# Degree Attestation



## thinktank (Oct 30, 2013)

Hi Guys:yo:

I am sorry if this question is asked before as I could not find the relevant answer.

What is the process to attest your degree for UAE, abu Dhabi? How is it supposed to be done?

I got mine attested for Oman in 2008, so it was verified by HEC first and then Oman embassy, Islamabad.

Do I have to get it attested again from HEC or not required? 

How long the entire process will take?

Anyone's help will be appreciated.:wave:


----------



## Star_Psy (Oct 29, 2013)

*Steps for attestation in detail*

I'm currently waiting on the Abu Dhabi security clearance. It's been almost 4 months now. 

Anyway, this is what I had to do to get my docs attested in the US. Here are the steps that I had to follow in their respective order:

1. Get a copy of the document notarized.
2. Have the Secretary of State of Michigan validate the notarization.
3. Have the US Department of State validate the Michigan State validation.
4. Have the UAE Embassy in the US validate the US Department of State's validation.

I also had to attest my marriage docs in their country of origin, which is Bangladesh. This is what my relatives had to do for me over there, in order:

1. Notarize the document.
2. Get it attested by the Bangladesh Ministry of Foreign Affairs.
3. Get it stamped by the UAE Embassy in Bangladesh.

IMPORTANT FURTHER STEPS FOR YOU: Since you already have the endorsement of the HEC in Pakistan, you need to send this endorsed document to the Pakistani Ministry of Foreign Affairs. I checked them out and one of their consular functions is to attest documents endorsed by the HEC. So there is another step that can be completed at the national level in Pakistan. And it is necessary for the Abu Dhabi security clearance and before your docs will be stamped by the UAE Embassy in Pakistan. Here's the link.

Ministry of Foreign Affairs - Islamabad, Pakistan

Your final step will be getting your degree stamped/attested by the UAE Embassy in Pakistan. As you'll notice, they require that your docs are attested to by Pakistan's MOFA prior to submission to them. Here's the link:

Embassy of the UAE in IslamAbad » Legalisation

So, this is what you have to do now in order:

1. Get the HEC attested copy(s) of your degree sent over to MOFA in Pakistan for attestation.
2. Get the MOFA attested copy attested by the UAE Embassy in Pakistan.

I'm not sure if the Omani stamp on the copy you have will effect anything. I would think that the only thing concerning MOFA's granting of attestation would be the presence of HEC's attestation. 

I hope this helps.


----------



## ttxor1 (Jan 30, 2014)

Thanks, Star_Psy, for this.

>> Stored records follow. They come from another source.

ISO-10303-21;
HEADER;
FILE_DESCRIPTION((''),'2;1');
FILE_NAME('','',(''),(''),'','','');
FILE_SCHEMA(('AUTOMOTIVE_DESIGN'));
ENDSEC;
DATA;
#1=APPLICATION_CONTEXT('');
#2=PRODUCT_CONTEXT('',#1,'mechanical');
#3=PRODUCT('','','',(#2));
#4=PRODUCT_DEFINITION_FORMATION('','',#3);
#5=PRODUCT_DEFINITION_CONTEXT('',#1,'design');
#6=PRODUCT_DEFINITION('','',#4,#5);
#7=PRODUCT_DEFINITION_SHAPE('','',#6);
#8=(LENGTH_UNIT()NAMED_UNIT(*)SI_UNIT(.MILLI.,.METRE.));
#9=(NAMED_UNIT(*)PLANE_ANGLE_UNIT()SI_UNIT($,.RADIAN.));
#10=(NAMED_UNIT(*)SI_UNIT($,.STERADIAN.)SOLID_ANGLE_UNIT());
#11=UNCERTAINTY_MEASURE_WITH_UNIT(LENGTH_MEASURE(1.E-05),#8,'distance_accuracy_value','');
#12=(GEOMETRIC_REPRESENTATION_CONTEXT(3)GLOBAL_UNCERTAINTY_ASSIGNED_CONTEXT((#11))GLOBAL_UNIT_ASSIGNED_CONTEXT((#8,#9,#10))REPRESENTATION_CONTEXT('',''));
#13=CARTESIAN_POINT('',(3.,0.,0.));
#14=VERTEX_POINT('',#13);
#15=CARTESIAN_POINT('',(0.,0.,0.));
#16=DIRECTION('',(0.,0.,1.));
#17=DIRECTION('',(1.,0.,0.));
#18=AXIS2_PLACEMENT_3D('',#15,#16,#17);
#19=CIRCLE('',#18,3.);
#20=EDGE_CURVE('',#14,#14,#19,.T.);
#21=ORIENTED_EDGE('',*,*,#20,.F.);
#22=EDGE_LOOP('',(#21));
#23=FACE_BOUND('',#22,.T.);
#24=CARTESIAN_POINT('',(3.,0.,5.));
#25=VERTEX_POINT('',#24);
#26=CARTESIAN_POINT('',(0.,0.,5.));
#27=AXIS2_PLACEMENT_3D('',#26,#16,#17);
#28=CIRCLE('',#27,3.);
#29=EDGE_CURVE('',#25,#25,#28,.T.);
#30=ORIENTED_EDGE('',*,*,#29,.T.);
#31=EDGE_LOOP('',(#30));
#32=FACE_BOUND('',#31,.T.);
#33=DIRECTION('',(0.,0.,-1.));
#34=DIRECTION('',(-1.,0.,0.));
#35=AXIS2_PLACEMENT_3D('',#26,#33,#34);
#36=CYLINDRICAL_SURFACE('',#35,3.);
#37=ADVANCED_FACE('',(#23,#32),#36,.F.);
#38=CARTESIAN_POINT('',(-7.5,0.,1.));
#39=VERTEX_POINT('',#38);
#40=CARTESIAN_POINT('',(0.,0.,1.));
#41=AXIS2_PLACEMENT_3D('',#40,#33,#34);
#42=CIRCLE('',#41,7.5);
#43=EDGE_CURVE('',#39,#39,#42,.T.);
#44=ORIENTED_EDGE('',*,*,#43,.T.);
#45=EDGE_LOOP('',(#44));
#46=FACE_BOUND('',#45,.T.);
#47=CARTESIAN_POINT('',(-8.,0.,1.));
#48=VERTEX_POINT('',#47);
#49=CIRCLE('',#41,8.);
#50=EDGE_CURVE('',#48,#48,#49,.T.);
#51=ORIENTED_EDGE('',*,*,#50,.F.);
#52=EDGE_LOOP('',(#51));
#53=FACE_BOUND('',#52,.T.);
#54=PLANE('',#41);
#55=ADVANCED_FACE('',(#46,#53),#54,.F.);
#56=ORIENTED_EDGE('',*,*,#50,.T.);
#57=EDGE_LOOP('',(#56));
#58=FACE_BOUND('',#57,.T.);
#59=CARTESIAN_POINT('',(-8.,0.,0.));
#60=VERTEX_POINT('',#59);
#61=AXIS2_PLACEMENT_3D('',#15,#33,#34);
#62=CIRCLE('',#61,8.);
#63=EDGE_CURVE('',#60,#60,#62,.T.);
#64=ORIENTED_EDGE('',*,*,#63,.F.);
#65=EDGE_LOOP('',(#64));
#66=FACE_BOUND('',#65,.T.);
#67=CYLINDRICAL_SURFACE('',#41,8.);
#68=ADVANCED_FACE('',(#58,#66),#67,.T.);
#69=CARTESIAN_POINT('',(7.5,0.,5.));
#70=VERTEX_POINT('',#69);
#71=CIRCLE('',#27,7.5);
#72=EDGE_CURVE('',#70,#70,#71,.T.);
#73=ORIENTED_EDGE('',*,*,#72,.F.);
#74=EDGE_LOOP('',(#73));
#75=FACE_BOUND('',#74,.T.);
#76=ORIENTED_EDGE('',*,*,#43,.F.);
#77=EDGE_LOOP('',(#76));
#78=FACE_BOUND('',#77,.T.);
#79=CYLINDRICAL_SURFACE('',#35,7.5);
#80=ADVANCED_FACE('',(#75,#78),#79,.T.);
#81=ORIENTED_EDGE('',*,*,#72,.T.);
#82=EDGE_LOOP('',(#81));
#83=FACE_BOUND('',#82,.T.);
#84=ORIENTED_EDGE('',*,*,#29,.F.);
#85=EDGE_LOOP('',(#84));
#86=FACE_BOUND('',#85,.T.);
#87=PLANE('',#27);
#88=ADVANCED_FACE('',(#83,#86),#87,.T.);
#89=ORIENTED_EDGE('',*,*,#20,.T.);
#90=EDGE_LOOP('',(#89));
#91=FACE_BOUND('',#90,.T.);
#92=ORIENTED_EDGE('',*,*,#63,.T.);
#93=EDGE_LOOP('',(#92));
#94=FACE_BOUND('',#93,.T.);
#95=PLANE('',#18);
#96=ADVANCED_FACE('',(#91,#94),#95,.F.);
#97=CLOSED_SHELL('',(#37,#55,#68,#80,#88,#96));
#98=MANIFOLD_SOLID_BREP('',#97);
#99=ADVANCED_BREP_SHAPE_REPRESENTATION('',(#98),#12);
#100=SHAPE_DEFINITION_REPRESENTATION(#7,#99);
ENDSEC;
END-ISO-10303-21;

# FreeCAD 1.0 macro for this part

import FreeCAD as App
import Part
import Sketcher
from FreeCAD import Vector

doc = App.newDocument("Part")
body = doc.addObject("PartDesign::Body", "Body")

# Sketch on XY plane
sketch1 = doc.addObject("Sketcher::SketchObject", "Sketch")
body.addObject(sketch1)
sketch1.AttachmentSupport = (doc.XY_Plane, [""])
sketch1.MapMode = "FlatFace"
sketch1.addGeometry([
    Part.Circle(Vector(0, 0, 0), Vector(0, 0, 1), 7.5),
    Part.Circle(Vector(0, 0, 0), Vector(0, 0, 1), 3),
], False)
sketch1.addConstraint([
    Sketcher.Constraint("Coincident", 0, 3, -1, 1),
    Sketcher.Constraint("Coincident", 1, 3, -1, 1),
    Sketcher.Constraint("Diameter", 0, 15.0),
    Sketcher.Constraint("Diameter", 1, 6.0),
])
pad1 = doc.addObject("PartDesign::Pad", "Pad")
body.addObject(pad1)
pad1.Profile = sketch1
pad1.Length = 5

# Sketch on XY plane
sketch2 = doc.addObject("Sketcher::SketchObject", "Sketch001")
body.addObject(sketch2)
sketch2.AttachmentSupport = (doc.XY_Plane, [""])
sketch2.MapMode = "FlatFace"
sketch2.addGeometry([
    Part.Circle(Vector(0, 0, 0), Vector(0, 0, 1), 8),
    Part.Circle(Vector(0, 0, 0), Vector(0, 0, 1), 8),
], False)
sketch2.addConstraint([
    Sketcher.Constraint("Coincident", 0, 3, -1, 1),
    Sketcher.Constraint("Coincident", 1, 3, -1, 1),
    Sketcher.Constraint("Diameter", 0, 16.0),
    Sketcher.Constraint("Diameter", 1, 15.0),
])
pad2 = doc.addObject("PartDesign::Pad", "Pad001")
body.addObject(pad2)
pad2.Profile = sketch2
pad2.Length = 1

doc.recompute()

Did you use an courier service for US Department of State validation, or did you send them directly to State?

ttxor1


----------



## Star_Psy (Oct 29, 2013)

ttxor1 said:


> Thanks, Star_Psy, for this. Did you use an courier service for US Department of State validation, or did you send them directly to State?
> 
> ttxor1


I sent the documents directly to the Dept. of State. 

There are two types of authentications they have - the apostille and authentication certificate. The type you choose depends on the country you need the document for. To the best of my knowledge, most if not all Arab countries - including the UAE - require the authentication certificate instead of the apostille. You need to make sure you request that in your cover letter.

There are some more instructions you need to follow - like filling out a form, providing the fee, etc. It's all listed in the following link:

Office of Authentications

Make sure you notice the different physical vs. mailing address. 

And, VERY IMPORTANT: Make sure you use FedEx, UPS, or DHL tracked mail. Fold an express mail envelope and put it inside the express mail envelope you have everything else in. Make sure to include a filled out return airbill as well. Record the tracking number of this return airbill before you seal the envelope you're going to send. 

If I can be of any further assistance, let me know.


----------